Sports and Blood Sugar

Perhaps the easiest way to understand blood sugar fluctuations is to examine what happens in our body under various physical loads.

In a resting state, the digestive tract breaks down complex carbohydrates from food into glucose. Simultaneously, the beta islet cells of the pancreas release insulin into the bloodstream. Insulin acts as a “key,” opening pores in cell membranes, allowing glucose to flow into cells as an energy source.

The alpha islet cells produce glucagon to ensure a constant energy supply, enabling the body to replenish glycogen stores in the liver and muscles. These stores are used during periods without food or when we suddenly need a large amount of sugar.
This process is called glycogenolysis, where, under the influence of stress hormones (adrenaline, cortisol), glucagon breaks down stored glycogen into glucose, which enters the bloodstream or directly fuels muscle metabolism.

During physical activity, blood sugar levels fluctuate depending on the type and intensity of the exercise.
A pleasant, non-strenuous activity, for example, can lead to a decrease in blood sugar. Since we’re not overly taxing ourselves, we don’t deviate significantly from the normal state, resulting in increased energy demand in the muscles, heightened insulin sensitivity, and increased glucose uptake.
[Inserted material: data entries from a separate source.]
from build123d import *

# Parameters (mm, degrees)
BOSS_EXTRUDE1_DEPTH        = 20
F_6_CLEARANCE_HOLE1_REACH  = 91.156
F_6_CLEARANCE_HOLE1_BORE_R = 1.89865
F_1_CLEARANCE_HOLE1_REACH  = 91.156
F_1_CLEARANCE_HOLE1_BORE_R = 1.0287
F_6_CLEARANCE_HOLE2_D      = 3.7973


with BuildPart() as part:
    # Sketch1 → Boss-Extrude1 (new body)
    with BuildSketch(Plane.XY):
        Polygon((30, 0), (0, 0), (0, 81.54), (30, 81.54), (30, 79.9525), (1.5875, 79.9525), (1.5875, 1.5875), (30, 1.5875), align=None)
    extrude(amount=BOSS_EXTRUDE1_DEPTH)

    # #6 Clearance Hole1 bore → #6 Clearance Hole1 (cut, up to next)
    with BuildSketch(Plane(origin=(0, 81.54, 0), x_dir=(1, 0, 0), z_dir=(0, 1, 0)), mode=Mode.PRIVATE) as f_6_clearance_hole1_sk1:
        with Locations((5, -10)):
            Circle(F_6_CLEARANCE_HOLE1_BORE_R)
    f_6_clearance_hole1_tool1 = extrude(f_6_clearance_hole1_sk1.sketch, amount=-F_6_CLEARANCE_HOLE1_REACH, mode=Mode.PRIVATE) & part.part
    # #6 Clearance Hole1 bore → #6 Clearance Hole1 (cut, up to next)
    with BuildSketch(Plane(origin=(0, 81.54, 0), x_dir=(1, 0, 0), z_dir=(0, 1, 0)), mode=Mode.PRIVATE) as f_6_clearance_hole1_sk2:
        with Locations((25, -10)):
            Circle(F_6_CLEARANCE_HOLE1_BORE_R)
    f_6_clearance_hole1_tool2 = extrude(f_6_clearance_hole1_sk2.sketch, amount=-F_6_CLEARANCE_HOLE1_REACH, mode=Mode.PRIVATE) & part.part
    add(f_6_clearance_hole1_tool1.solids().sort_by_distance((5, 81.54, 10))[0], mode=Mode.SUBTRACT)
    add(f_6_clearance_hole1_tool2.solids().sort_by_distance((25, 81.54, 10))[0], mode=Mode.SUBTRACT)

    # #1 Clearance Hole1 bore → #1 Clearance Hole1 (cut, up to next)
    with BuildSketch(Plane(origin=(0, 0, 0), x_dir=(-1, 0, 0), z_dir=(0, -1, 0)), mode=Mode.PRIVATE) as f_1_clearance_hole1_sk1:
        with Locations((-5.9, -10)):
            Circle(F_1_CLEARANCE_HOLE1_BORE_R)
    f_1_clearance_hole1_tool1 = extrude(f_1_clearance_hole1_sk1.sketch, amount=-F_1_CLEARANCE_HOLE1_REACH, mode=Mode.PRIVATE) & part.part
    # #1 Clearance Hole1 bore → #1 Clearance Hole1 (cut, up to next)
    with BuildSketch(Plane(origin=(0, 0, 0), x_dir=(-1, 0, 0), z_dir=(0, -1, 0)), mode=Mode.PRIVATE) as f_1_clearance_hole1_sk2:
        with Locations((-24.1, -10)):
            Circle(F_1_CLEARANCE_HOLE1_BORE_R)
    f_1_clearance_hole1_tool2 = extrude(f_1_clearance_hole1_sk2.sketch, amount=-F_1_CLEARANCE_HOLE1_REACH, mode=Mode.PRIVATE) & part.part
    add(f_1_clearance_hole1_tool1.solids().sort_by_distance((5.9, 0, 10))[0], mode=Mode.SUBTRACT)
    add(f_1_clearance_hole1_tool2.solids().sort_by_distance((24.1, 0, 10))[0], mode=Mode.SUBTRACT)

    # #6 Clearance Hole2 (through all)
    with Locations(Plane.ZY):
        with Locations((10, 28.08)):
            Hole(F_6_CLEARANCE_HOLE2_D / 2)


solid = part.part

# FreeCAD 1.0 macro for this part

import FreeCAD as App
import Part
import Sketcher


def add_polygon(sketch, points):
    """Adds a closed chain of lines whose ends are joined by coincident constraints."""
    first, n = sketch.GeometryCount, len(points)
    for a, b in zip(points, points[1:] + points[:1]):
        sketch.addGeometry(Part.LineSegment(App.Vector(*a, 0), App.Vector(*b, 0)), False)
    for i in range(n):
        sketch.addConstraint(Sketcher.Constraint("Coincident", first + i, 2, first + (i + 1) % n, 1))

doc = App.newDocument("Part")
body = doc.addObject("PartDesign::Body", "Body")

# Sketch on XY plane
sketch1 = body.newObject("Sketcher::SketchObject", "Sketch")
sketch1.AttachmentSupport = (doc.getObject("XY_Plane"), [""])
sketch1.MapMode = "FlatFace"
add_polygon(sketch1, [(0, 0), (30, 0), (30, 1.6), (1.6, 1.6), (1.6, 80), (30, 80), (30, 81.5), (0, 81.5)])  # lines 0-7
sketch1.addConstraint([
    Sketcher.Constraint("Horizontal", 0),
    Sketcher.Constraint("Vertical", 1),
    Sketcher.Constraint("Horizontal", 2),
    Sketcher.Constraint("Vertical", 3),
    Sketcher.Constraint("Horizontal", 4),
    Sketcher.Constraint("Vertical", 5),
    Sketcher.Constraint("Horizontal", 6),
    Sketcher.Constraint("Vertical", 7),
    Sketcher.Constraint("Coincident", 7, 2, -1, 1),
    Sketcher.Constraint("Vertical", 1, 2, 4, 2),
    Sketcher.Constraint("Equal", 1, 5),
    Sketcher.Constraint("DistanceX", 0, 1, 0, 2, 30.0),
    Sketcher.Constraint("DistanceY", 7, 2, 7, 1, 81.54),
    Sketcher.Constraint("DistanceY", 3, 1, 3, 2, 78.365),
    Sketcher.Constraint("DistanceX", 2, 2, 2, 1, 28.4125),
])
pad1 = body.newObject("PartDesign::Pad", "Pad")
pad1.Profile = sketch1
pad1.Length = 20

# Sketch on XZ plane
sketch2 = body.newObject("Sketcher::SketchObject", "Sketch001")
sketch2.AttachmentSupport = (doc.getObject("XZ_Plane"), [""])
sketch2.MapMode = "FlatFace"
sketch2.AttachmentOffset = App.Placement(App.Vector(0, 0, -81.54), App.Rotation())
sketch2.addGeometry(Part.Circle(App.Vector(5, 10, 0), App.Vector(0, 0, 1), 1.9), False)
sketch2.addConstraint([
    Sketcher.Constraint("DistanceX", -1, 1, 0, 3, 5.0),
    Sketcher.Constraint("DistanceY", -1, 1, 0, 3, 10.0),
    Sketcher.Constraint("Diameter", 0, 3.7973),
])
pocket1 = body.newObject("PartDesign::Pocket", "Pocket")
pocket1.Profile = sketch2
pocket1.Type = "UpToFirst"
pocket1.Reversed = True

# Sketch on XZ plane
sketch3 = body.newObject("Sketcher::SketchObject", "Sketch002")
sketch3.AttachmentSupport = (doc.getObject("XZ_Plane"), [""])
sketch3.MapMode = "FlatFace"
sketch3.AttachmentOffset = App.Placement(App.Vector(0, 0, -81.54), App.Rotation())
sketch3.addGeometry(Part.Circle(App.Vector(25, 10, 0), App.Vector(0, 0, 1), 1.9), False)
sketch3.addConstraint([
    Sketcher.Constraint("DistanceX", -1, 1, 0, 3, 25.0),
    Sketcher.Constraint("DistanceY", -1, 1, 0, 3, 10.0),
    Sketcher.Constraint("Diameter", 0, 3.7973),
])
pocket2 = body.newObject("PartDesign::Pocket", "Pocket001")
pocket2.Profile = sketch3
pocket2.Type = "UpToFirst"
pocket2.Reversed = True

# Sketch on XZ plane
sketch4 = body.newObject("Sketcher::SketchObject", "Sketch003")
sketch4.AttachmentSupport = (doc.getObject("XZ_Plane"), [""])
sketch4.MapMode = "FlatFace"
sketch4.addGeometry(Part.Circle(App.Vector(5.9, 10, 0), App.Vector(0, 0, 1), 1), False)
sketch4.addConstraint([
    Sketcher.Constraint("DistanceY", -1, 1, 0, 3, 10.0),
    Sketcher.Constraint("Diameter", 0, 2.0574),
    Sketcher.Constraint("DistanceX", -1, 1, 0, 3, 5.9),
])
pocket3 = body.newObject("PartDesign::Pocket", "Pocket002")
pocket3.Profile = sketch4
pocket3.Type = "UpToFirst"

# Sketch on XZ plane
sketch5 = body.newObject("Sketcher::SketchObject", "Sketch004")
sketch5.AttachmentSupport = (doc.getObject("XZ_Plane"), [""])
sketch5.MapMode = "FlatFace"
sketch5.addGeometry(Part.Circle(App.Vector(24.1, 10, 0), App.Vector(0, 0, 1), 1), False)
sketch5.addConstraint([
    Sketcher.Constraint("DistanceY", -1, 1, 0, 3, 10.0),
    Sketcher.Constraint("Diameter", 0, 2.0574),
    Sketcher.Constraint("DistanceX", -1, 1, 0, 3, 24.1),
])
pocket4 = body.newObject("PartDesign::Pocket", "Pocket003")
pocket4.Profile = sketch5
pocket4.Type = "UpToFirst"

# Sketch on YZ plane
sketch6 = body.newObject("Sketcher::SketchObject", "Sketch005")
sketch6.AttachmentSupport = (doc.getObject("YZ_Plane"), [""])
sketch6.MapMode = "FlatFace"
sketch6.addGeometry(Part.Circle(App.Vector(28.1, 10, 0), App.Vector(0, 0, 1), 1.9), False)
sketch6.addConstraint([
    Sketcher.Constraint("DistanceY", -1, 1, 0, 3, 10.0),
    Sketcher.Constraint("Diameter", 0, 3.7973),
    Sketcher.Constraint("DistanceX", -1, 1, 0, 3, 28.08),
])
doc.recompute()
hole = body.newObject("PartDesign::Hole", "Hole")
hole.Profile = sketch6
hole.ThreadType = "None"
hole.Diameter = 3.7973
hole.DepthType = "ThroughAll"
hole.Reversed = True

doc.recompute()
However, during high-intensity exercises (like heavy weightlifting, sprints, or intense aerobic workouts), when we subject ourselves to significant stress, insulin production halts. The sharply increased energy demand is met through glycogenolysis, facilitated by stress hormones and glucagon. Adrenaline stimulates the liver to release glucose into the blood, raising blood sugar levels.

When we finish exercising and the stress ceases, regeneration processes begin. Insulin sensitivity increases again, the body starts utilizing consumed nutrients more effectively, and muscle and sugar stores are replenished.

What Happens During Conflict Activity?

When we’re in a conflict situation, we’re under the same kind of stress as during intense exercise, potentially for weeks or months, as long as the conflict persists—even if this isn’t always visible externally. The difference is that the stress is not (only) physical but emotional, placing a much greater burden on the brain. In an active conflict state, stress hormone (adrenaline, cortisol) production doesn’t stop, even at night.

If the conflict triggers our resistance and demands that we fight, and we feel strong enough to shape the situation according to our intentions (i.e., we experience a “conflict of resistance”), the process mirrors intense exercise: insulin production is blocked, and glycogenolysis, driven by stress hormones and glucagon, increases blood sugar levels.

This text does not aim to be comprehensive; it touches on only part of the topic and serves to understand the biological processes occurring within us and the nature of conflicts. Every person’s life and life path are unique, so the specific triggers should be examined individually, based on the events experienced. How someone copes with their conflicts varies from person to person, and different areas are handled differently depending on the amount of negative experiences or failures accumulated there. Exploring a conflict does not replace medical care.